=== Section Start ===

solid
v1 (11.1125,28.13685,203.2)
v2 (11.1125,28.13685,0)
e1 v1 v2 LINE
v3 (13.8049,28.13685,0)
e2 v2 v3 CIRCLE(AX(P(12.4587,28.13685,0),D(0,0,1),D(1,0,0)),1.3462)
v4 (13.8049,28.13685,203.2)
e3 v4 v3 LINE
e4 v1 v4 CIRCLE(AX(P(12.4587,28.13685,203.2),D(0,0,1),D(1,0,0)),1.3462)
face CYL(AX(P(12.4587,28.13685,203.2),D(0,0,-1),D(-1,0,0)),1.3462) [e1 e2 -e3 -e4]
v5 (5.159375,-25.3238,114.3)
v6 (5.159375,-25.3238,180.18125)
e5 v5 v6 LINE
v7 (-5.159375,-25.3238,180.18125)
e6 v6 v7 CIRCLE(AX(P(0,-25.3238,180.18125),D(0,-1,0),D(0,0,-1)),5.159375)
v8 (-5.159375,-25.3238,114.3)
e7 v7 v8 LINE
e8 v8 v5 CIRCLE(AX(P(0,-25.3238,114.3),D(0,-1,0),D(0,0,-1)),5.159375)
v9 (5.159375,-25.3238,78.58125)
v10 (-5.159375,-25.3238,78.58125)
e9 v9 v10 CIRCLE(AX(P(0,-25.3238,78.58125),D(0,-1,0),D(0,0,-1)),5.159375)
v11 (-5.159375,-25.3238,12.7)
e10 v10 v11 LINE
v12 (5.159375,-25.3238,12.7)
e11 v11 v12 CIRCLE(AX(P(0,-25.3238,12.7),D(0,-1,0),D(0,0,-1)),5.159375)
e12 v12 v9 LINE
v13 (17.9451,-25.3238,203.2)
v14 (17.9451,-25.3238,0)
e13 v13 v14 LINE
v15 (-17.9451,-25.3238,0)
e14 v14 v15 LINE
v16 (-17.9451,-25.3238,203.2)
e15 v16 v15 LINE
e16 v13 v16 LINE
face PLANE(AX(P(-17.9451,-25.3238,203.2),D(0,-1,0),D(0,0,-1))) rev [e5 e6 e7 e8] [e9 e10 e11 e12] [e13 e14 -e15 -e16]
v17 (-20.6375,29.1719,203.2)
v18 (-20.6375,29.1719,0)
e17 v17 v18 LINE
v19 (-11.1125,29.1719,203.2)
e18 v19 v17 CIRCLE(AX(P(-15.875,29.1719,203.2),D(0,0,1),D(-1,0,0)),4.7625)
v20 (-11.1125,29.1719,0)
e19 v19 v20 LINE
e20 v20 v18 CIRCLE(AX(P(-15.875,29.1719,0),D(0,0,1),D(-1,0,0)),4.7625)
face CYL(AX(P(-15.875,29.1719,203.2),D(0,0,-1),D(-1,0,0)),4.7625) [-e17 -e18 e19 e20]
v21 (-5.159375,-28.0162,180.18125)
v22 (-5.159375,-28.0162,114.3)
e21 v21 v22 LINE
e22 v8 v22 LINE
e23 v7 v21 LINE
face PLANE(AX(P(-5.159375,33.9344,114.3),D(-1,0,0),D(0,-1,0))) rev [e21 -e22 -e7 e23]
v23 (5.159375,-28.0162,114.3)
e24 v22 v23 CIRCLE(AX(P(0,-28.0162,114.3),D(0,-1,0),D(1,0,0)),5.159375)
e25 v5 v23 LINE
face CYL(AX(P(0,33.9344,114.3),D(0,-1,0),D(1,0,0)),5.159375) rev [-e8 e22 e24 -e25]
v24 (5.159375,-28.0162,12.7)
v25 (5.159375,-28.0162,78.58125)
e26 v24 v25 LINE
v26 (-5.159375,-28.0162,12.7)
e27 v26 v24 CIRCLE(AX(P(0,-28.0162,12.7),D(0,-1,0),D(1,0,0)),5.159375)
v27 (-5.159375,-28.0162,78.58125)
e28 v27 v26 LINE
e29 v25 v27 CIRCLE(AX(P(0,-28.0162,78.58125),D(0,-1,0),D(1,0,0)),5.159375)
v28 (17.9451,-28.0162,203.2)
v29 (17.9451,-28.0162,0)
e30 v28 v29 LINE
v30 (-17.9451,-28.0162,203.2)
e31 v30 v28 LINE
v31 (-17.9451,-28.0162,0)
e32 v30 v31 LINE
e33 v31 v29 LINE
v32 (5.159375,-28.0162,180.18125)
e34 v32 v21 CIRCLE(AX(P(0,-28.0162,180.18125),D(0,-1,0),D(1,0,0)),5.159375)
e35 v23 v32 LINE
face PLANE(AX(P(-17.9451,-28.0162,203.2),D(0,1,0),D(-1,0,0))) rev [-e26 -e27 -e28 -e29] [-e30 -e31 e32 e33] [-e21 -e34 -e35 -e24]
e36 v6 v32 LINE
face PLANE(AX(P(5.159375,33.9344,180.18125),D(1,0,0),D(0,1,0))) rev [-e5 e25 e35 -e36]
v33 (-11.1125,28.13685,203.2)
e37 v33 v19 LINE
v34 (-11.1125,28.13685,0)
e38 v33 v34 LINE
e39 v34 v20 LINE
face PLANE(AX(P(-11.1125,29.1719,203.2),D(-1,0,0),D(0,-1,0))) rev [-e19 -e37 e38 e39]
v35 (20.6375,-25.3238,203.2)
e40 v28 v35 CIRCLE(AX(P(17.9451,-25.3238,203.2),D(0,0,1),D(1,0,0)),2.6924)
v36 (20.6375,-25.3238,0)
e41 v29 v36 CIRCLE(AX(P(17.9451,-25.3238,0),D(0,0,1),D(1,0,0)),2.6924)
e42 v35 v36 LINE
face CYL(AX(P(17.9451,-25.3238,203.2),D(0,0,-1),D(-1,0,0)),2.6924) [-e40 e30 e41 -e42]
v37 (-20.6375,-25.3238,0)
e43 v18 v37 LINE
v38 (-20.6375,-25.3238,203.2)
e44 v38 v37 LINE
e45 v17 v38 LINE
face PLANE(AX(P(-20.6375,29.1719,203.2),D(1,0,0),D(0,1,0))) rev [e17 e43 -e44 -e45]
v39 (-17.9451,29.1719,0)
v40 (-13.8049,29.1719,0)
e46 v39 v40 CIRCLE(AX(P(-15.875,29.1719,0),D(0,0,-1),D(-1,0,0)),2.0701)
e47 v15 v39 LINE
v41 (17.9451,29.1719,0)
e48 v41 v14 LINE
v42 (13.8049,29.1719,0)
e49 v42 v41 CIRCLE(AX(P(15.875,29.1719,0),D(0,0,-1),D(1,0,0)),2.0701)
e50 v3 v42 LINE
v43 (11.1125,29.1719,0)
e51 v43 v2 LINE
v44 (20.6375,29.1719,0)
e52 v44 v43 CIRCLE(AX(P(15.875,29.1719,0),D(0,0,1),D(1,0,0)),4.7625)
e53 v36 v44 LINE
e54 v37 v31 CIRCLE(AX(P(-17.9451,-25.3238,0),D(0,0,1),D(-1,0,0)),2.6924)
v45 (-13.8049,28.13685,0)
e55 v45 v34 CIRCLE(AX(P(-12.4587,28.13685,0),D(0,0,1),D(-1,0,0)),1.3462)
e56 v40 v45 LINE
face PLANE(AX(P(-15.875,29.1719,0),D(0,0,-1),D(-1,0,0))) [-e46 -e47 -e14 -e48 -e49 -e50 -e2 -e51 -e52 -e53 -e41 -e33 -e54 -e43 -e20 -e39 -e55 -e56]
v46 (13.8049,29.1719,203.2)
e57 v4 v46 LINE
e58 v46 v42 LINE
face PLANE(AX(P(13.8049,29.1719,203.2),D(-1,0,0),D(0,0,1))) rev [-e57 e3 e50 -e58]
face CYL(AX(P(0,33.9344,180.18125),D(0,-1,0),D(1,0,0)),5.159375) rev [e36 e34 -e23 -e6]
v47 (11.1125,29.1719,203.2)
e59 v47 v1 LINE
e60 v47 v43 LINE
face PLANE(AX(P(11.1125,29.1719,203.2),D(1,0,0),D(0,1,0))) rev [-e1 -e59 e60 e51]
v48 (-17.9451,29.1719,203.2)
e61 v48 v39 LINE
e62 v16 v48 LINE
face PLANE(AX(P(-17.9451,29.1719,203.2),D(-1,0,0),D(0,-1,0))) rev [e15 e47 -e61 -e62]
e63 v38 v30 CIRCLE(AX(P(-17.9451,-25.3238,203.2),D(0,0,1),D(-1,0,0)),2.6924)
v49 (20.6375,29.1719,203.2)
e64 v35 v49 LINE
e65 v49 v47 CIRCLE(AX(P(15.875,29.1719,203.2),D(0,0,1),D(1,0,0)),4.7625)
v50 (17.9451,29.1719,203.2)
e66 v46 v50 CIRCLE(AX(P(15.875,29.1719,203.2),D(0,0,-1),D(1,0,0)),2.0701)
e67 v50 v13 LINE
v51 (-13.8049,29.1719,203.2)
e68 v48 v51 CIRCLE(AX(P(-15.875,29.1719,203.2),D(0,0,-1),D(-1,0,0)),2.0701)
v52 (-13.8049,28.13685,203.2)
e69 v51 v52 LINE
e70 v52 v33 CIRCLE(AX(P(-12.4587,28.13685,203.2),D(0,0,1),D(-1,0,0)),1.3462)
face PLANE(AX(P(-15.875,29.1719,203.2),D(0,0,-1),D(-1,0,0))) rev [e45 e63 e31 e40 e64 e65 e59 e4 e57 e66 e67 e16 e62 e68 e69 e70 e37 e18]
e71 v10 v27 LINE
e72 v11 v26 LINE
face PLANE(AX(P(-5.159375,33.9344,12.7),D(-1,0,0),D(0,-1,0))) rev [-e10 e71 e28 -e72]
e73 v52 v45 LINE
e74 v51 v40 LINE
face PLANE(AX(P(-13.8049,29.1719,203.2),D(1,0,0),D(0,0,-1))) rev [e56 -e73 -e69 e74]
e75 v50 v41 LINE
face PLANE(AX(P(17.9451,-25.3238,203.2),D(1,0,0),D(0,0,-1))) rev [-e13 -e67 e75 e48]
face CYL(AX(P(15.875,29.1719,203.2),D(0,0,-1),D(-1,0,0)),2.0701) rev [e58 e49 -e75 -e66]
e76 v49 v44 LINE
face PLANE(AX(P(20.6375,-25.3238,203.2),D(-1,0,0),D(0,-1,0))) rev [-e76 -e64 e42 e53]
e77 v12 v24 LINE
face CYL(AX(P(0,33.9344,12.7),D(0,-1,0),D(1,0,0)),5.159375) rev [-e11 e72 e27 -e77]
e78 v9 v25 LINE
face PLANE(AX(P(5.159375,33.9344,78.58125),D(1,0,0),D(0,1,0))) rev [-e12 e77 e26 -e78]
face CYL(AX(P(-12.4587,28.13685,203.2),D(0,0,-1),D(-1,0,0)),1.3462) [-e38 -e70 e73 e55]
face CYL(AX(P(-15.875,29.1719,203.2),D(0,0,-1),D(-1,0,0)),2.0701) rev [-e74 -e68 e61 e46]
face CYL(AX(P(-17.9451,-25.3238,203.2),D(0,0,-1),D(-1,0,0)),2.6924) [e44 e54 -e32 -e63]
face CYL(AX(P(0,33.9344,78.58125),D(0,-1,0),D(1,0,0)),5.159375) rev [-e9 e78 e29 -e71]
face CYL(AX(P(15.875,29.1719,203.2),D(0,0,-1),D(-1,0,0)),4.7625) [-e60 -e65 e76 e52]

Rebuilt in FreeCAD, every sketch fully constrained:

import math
import FreeCAD as App
import Part
import Sketcher

V = App.Vector
Q = App.Units.Quantity

doc = App.newDocument("Part")
body = doc.addObject("PartDesign::Body", "Body")

# Sketch on XY plane
sketch1 = body.newObject("Sketcher::SketchObject", "Sketch")
sketch1.AttachmentSupport = (doc.getObject("XY_Plane"), [""])
sketch1.MapMode = "FlatFace"
sketch1.addGeometry(Part.LineSegment(V(-20.6, 29.2, 0), V(-20.6, -25.3, 0)), False)
sketch1.addGeometry(Part.ArcOfCircle(Part.Circle(V(-17.9, -25.3, 0), V(0, 0, 1), 2.7), math.radians(180), math.radians(270)), False)
sketch1.addGeometry(Part.LineSegment(V(-17.9, -28, 0), V(17.9, -28, 0)), False)
sketch1.addGeometry(Part.ArcOfCircle(Part.Circle(V(17.9, -25.3, 0), V(0, 0, 1), 2.7), math.radians(-90), math.radians(0)), False)
sketch1.addGeometry(Part.LineSegment(V(20.6, -25.3, 0), V(20.6, 29.2, 0)), False)
sketch1.addGeometry(Part.ArcOfCircle(Part.Circle(V(15.9, 29.2, 0), V(0, 0, 1), 4.8), math.radians(0), math.radians(180)), False)
sketch1.addGeometry(Part.LineSegment(V(11.1, 29.2, 0), V(11.1, 28.1, 0)), False)
sketch1.addGeometry(Part.ArcOfCircle(Part.Circle(V(12.5, 28.1, 0), V(0, 0, 1), 1.3), math.radians(180), math.radians(360)), False)
sketch1.addGeometry(Part.LineSegment(V(13.8, 28.1, 0), V(13.8, 29.2, 0)), False)
sketch1.addGeometry(Part.ArcOfCircle(Part.Circle(V(15.9, 29.2, 0), V(0, 0, 1), 2.1), math.radians(0), math.radians(180)), False)
sketch1.addGeometry(Part.LineSegment(V(17.9, 29.2, 0), V(17.9, -25.3, 0)), False)
sketch1.addGeometry(Part.LineSegment(V(17.9, -25.3, 0), V(-17.9, -25.3, 0)), False)
sketch1.addGeometry(Part.LineSegment(V(-17.9, -25.3, 0), V(-17.9, 29.2, 0)), False)
sketch1.addGeometry(Part.ArcOfCircle(Part.Circle(V(-15.9, 29.2, 0), V(0, 0, 1), 2.1), math.radians(0), math.radians(180)), False)
sketch1.addGeometry(Part.LineSegment(V(-13.8, 29.2, 0), V(-13.8, 28.1, 0)), False)
sketch1.addGeometry(Part.ArcOfCircle(Part.Circle(V(-12.5, 28.1, 0), V(0, 0, 1), 1.3), math.radians(180), math.radians(360)), False)
sketch1.addGeometry(Part.LineSegment(V(-11.1, 28.1, 0), V(-11.1, 29.2, 0)), False)
sketch1.addGeometry(Part.ArcOfCircle(Part.Circle(V(-15.9, 29.2, 0), V(0, 0, 1), 4.8), math.radians(0), math.radians(180)), False)
sketch1.addConstraint(Sketcher.Constraint("Tangent", 0, 2, 1, 1))
sketch1.addConstraint(Sketcher.Constraint("Tangent", 1, 2, 2, 1))
sketch1.addConstraint(Sketcher.Constraint("Tangent", 2, 2, 3, 1))
sketch1.addConstraint(Sketcher.Constraint("Tangent", 3, 2, 4, 1))
sketch1.addConstraint(Sketcher.Constraint("Tangent", 4, 2, 5, 1))
sketch1.addConstraint(Sketcher.Constraint("Tangent", 5, 2, 6, 1))
sketch1.addConstraint(Sketcher.Constraint("Tangent", 6, 2, 7, 1))
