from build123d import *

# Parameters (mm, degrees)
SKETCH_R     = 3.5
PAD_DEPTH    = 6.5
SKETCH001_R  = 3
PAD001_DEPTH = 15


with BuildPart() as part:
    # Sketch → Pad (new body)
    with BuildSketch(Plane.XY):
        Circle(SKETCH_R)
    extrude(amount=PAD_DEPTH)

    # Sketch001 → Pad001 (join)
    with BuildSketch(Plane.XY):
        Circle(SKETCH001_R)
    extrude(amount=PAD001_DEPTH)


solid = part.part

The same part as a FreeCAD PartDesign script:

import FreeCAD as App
import Part
import Sketcher
Q = App.Units.Quantity

doc = App.newDocument("Part")
body = doc.addObject("PartDesign::Body", "Body")

# Sketch on XY plane
sketch1 = body.newObject("Sketcher::SketchObject", "Sketch")
sketch1.AttachmentSupport = (doc.getObject("XY_Plane"), [""])
sketch1.MapMode = "FlatFace"
sketch1.addGeometry(Part.Circle(App.Vector(0, 0, 0), App.Vector(0, 0, 1), 3.5), False)
sketch1.addConstraint(Sketcher.Constraint("Coincident", 0, 3, -1, 1))
sketch1.addConstraint(Sketcher.Constraint("Diameter", 0, Q("7 mm")))
pad1 = body.newObject("PartDesign::Pad", "Pad")
pad1.Profile = sketch1
pad1.Length = 6.5

# Sketch on XY plane
sketch2 = body.newObject("Sketcher::SketchObject", "Sketch001")
sketch2.AttachmentSupport = (doc.getObject("XY_Plane"), [""])
sketch2.MapMode = "FlatFace"
sketch2.addGeometry(Part.Circle(App.Vector(0, 0, 0), App.Vector(0, 0, 1), 3), False)
sketch2.addConstraint(Sketcher.Constraint("Coincident", 0, 3, -1, 1))
sketch2.addConstraint(Sketcher.Constraint("Diameter", 0, Q("6 mm")))
pad2 = body.newObject("PartDesign::Pad", "Pad001")
pad2.Profile = sketch2
pad2.Length = 15

doc.recompute()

=== Section End ===

Scan the entries above for the string "extrude", and copy every line where it turns up.

Solution to this exercise
    extrude(amount=PAD_DEPTH)
    extrude(amount=PAD001_DEPTH)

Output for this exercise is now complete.